§ BRIEF
Find the line with "Line((11, 0), (11, 10))" in the entries below, then reproduce it and every line after it down to and including the line with "FreeCAD Python script", exactly.

EXTRACTED MATERIAL Start Marker

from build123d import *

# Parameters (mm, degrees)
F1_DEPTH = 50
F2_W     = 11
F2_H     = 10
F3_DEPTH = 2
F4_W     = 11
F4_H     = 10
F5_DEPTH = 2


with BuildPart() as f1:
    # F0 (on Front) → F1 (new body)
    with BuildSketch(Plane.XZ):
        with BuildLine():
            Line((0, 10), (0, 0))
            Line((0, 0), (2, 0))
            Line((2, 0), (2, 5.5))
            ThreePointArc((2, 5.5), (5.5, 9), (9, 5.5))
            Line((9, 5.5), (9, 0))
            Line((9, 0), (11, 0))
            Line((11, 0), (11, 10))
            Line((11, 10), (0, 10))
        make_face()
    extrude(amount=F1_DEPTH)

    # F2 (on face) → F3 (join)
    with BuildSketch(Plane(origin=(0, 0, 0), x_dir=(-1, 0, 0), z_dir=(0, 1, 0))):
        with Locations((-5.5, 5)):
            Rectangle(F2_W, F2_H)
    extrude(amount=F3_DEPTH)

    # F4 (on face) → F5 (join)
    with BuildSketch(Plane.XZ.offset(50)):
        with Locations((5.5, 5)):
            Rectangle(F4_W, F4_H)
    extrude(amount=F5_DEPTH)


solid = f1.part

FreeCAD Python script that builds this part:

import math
import FreeCAD as App
import Part
import Sketcher

V = App.Vector

doc = App.newDocument("Part")
body = doc.addObject("PartDesign::Body", "Body")

# Sketch on XZ plane
sketch1 = doc.addObject("Sketcher::SketchObject", "Sketch")
body.addObject(sketch1)
sketch1.AttachmentSupport = (doc.XZ_Plane, [""])
sketch1.MapMode = "FlatFace"
sketch1.addGeometry(Part.LineSegment(V(0, 10, 0), V(0, 0, 0)), False)
sketch1.addGeometry(Part.LineSegment(V(0, 0, 0), V(2, 0, 0)), False)
sketch1.addGeometry(Part.LineSegment(V(2, 0, 0), V(2, 5.5, 0)), False)
sketch1.addGeometry(Part.ArcOfCircle(Part.Circle(V(5.5, 5.5, 0), V(0, 0, 1), 3.5), math.radians(0), math.radians(180)), False)
sketch1.addGeometry(Part.LineSegment(V(9, 5.5, 0), V(9, 0, 0)), False)
sketch1.addGeometry(Part.LineSegment(V(9, 0, 0), V(11, 0, 0)), False)
sketch1.addGeometry(Part.LineSegment(V(11, 0, 0), V(11, 10, 0)), False)
sketch1.addGeometry(Part.LineSegment(V(11, 10, 0), V(0, 10, 0)), False)
sketch1.addConstraint(Sketcher.Constraint("Coincident", 0, 2, 1, 1))
sketch1.addConstraint(Sketcher.Constraint("Coincident", 1, 2, 2, 1))
sketch1.addConstraint(Sketcher.Constraint("Tangent", 2, 2, 3, 2))
sketch1.addConstraint(Sketcher.Constraint("Tangent", 3, 1, 4, 1))
sketch1.addConstraint(Sketcher.Constraint("Coincident", 4, 2, 5, 1))
sketch1.addConstraint(Sketcher.Constraint("Coincident", 5, 2, 6, 1))
sketch1.addConstraint(Sketcher.Constraint("Coincident", 6, 2, 7, 1))
sketch1.addConstraint(Sketcher.Constraint("Coincident", 7, 2, 0, 1))
sketch1.addConstraint(Sketcher.Constraint("Vertical", 0))
sketch1.addConstraint(Sketcher.Constraint("Horizontal", 1))
sketch1.addConstraint(Sketcher.Constraint("Vertical", 2))
sketch1.addConstraint(Sketcher.Constraint("Vertical", 4))
sketch1.addConstraint(Sketcher.Constraint("Horizontal", 5))
sketch1.addConstraint(Sketcher.Constraint("Vertical", 6))
sketch1.addConstraint(Sketcher.Constraint("Horizontal", 7))
sketch1.addConstraint(Sketcher.Constraint("Coincident", 0, 2, -1, 1))
sketch1.addConstraint(Sketcher.Constraint("PointOnObject", 4, 2, -1))
sketch1.addConstraint(Sketcher.Constraint("Equal", 1, 5))
sketch1.addConstraint(Sketcher.Constraint("Radius", 3, 3.5))
sketch1.addConstraint(Sketcher.Constraint("DistanceX", 1, 1, 1, 2, 2.0))
sketch1.addConstraint(Sketcher.Constraint("DistanceY", 0, 2, 0, 1, 10.0))
sketch1.addConstraint(Sketcher.Constraint("DistanceY", 2, 1, 2, 2, 5.5))
pad1 = doc.addObject("PartDesign::Pad", "Pad")
body.addObject(pad1)
pad1.Profile = sketch1
pad1.Length = 50

# Sketch on XZ plane
sketch2 = doc.addObject("Sketcher::SketchObject", "Sketch001")
body.addObject(sketch2)
sketch2.AttachmentSupport = (doc.XZ_Plane, [""])
sketch2.MapMode = "FlatFace"
sketch2.addGeometry(Part.LineSegment(V(11, 10, 0), V(11, 0, 0)), False)
sketch2.addGeometry(Part.LineSegment(V(11, 0, 0), V(0, 0, 0)), False)
sketch2.addGeometry(Part.LineSegment(V(0, 0, 0), V(0, 10, 0)), False)
sketch2.addGeometry(Part.LineSegment(V(0, 10, 0), V(11, 10, 0)), False)
sketch2.addConstraint(Sketcher.Constraint("Coincident", 0, 2, 1, 1))
sketch2.addConstraint(Sketcher.Constraint("Coincident", 1, 2, 2, 1))
sketch2.addConstraint(Sketcher.Constraint("Coincident", 2, 2, 3, 1))
sketch2.addConstraint(Sketcher.Constraint("Coincident", 3, 2, 0, 1))
sketch2.addConstraint(Sketcher.Constraint("Vertical", 0))
sketch2.addConstraint(Sketcher.Constraint("Horizontal", 1))
sketch2.addConstraint(Sketcher.Constraint("Vertical", 2))
sketch2.addConstraint(Sketcher.Constraint("Horizontal", 3))
sketch2.addConstraint(Sketcher.Constraint("Coincident", 1, 2, -1, 1))
sketch2.addConstraint(Sketcher.Constraint("DistanceX", 1, 2, 1, 1, 11.0))
sketch2.addConstraint(Sketcher.Constraint("DistanceY", 0, 2, 0, 1, 10.0))
pad2 = doc.addObject("PartDesign::Pad", "Pad001")
body.addObject(pad2)
pad2.Profile = sketch2
pad2.Length = 2
pad2.Reversed = True

# Sketch on XZ plane
sketch3 = doc.addObject("Sketcher::SketchObject", "Sketch002")
body.addObject(sketch3)
sketch3.AttachmentSupport = (doc.XZ_Plane, [""])
sketch3.MapMode = "FlatFace"
sketch3.AttachmentOffset = App.Placement(V(0, 0, 50), App.Rotation())
sketch3.addGeometry(Part.LineSegment(V(0, 10, 0), V(0, 0, 0)), False)
sketch3.addGeometry(Part.LineSegment(V(0, 0, 0), V(11, 0, 0)), False)
sketch3.addGeometry(Part.LineSegment(V(11, 0, 0), V(11, 10, 0)), False)
sketch3.addGeometry(Part.LineSegment(V(11, 10, 0), V(0, 10, 0)), False)
sketch3.addConstraint(Sketcher.Constraint("Coincident", 0, 2, 1, 1))
sketch3.addConstraint(Sketcher.Constraint("Coincident", 1, 2, 2, 1))
sketch3.addConstraint(Sketcher.Constraint("Coincident", 2, 2, 3, 1))
sketch3.addConstraint(Sketcher.Constraint("Coincident", 3, 2, 0, 1))
sketch3.addConstraint(Sketcher.Constraint("Vertical", 0))
sketch3.addConstraint(Sketcher.Constraint("Horizontal", 1))
sketch3.addConstraint(Sketcher.Constraint("Vertical", 2))
sketch3.addConstraint(Sketcher.Constraint("Horizontal", 3))
sketch3.addConstraint(Sketcher.Constraint("Coincident", 0, 2, -1, 1))
sketch3.addConstraint(Sketcher.Constraint("DistanceX", 1, 1, 1, 2, 11.0))
sketch3.addConstraint(Sketcher.Constraint("DistanceY", 0, 2, 0, 1, 10.0))
pad3 = doc.addObject("PartDesign::Pad", "Pad002")
body.addObject(pad3)
pad3.Profile = sketch3
pad3.Length = 2

doc.recompute()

EXTRACTED MATERIAL End Marker

§ RESULT FOR THIS EXERCISE
            Line((11, 0), (11, 10))
            Line((11, 10), (0, 10))
        make_face()
    extrude(amount=F1_DEPTH)

    # F2 (on face) → F3 (join)
    with BuildSketch(Plane(origin=(0, 0, 0), x_dir=(-1, 0, 0), z_dir=(0, 1, 0))):
        with Locations((-5.5, 5)):
            Rectangle(F2_W, F2_H)
    extrude(amount=F3_DEPTH)

    # F4 (on face) → F5 (join)
    with BuildSketch(Plane.XZ.offset(50)):
        with Locations((5.5, 5)):
            Rectangle(F4_W, F4_H)
    extrude(amount=F5_DEPTH)


solid = f1.part

FreeCAD Python script that builds this part:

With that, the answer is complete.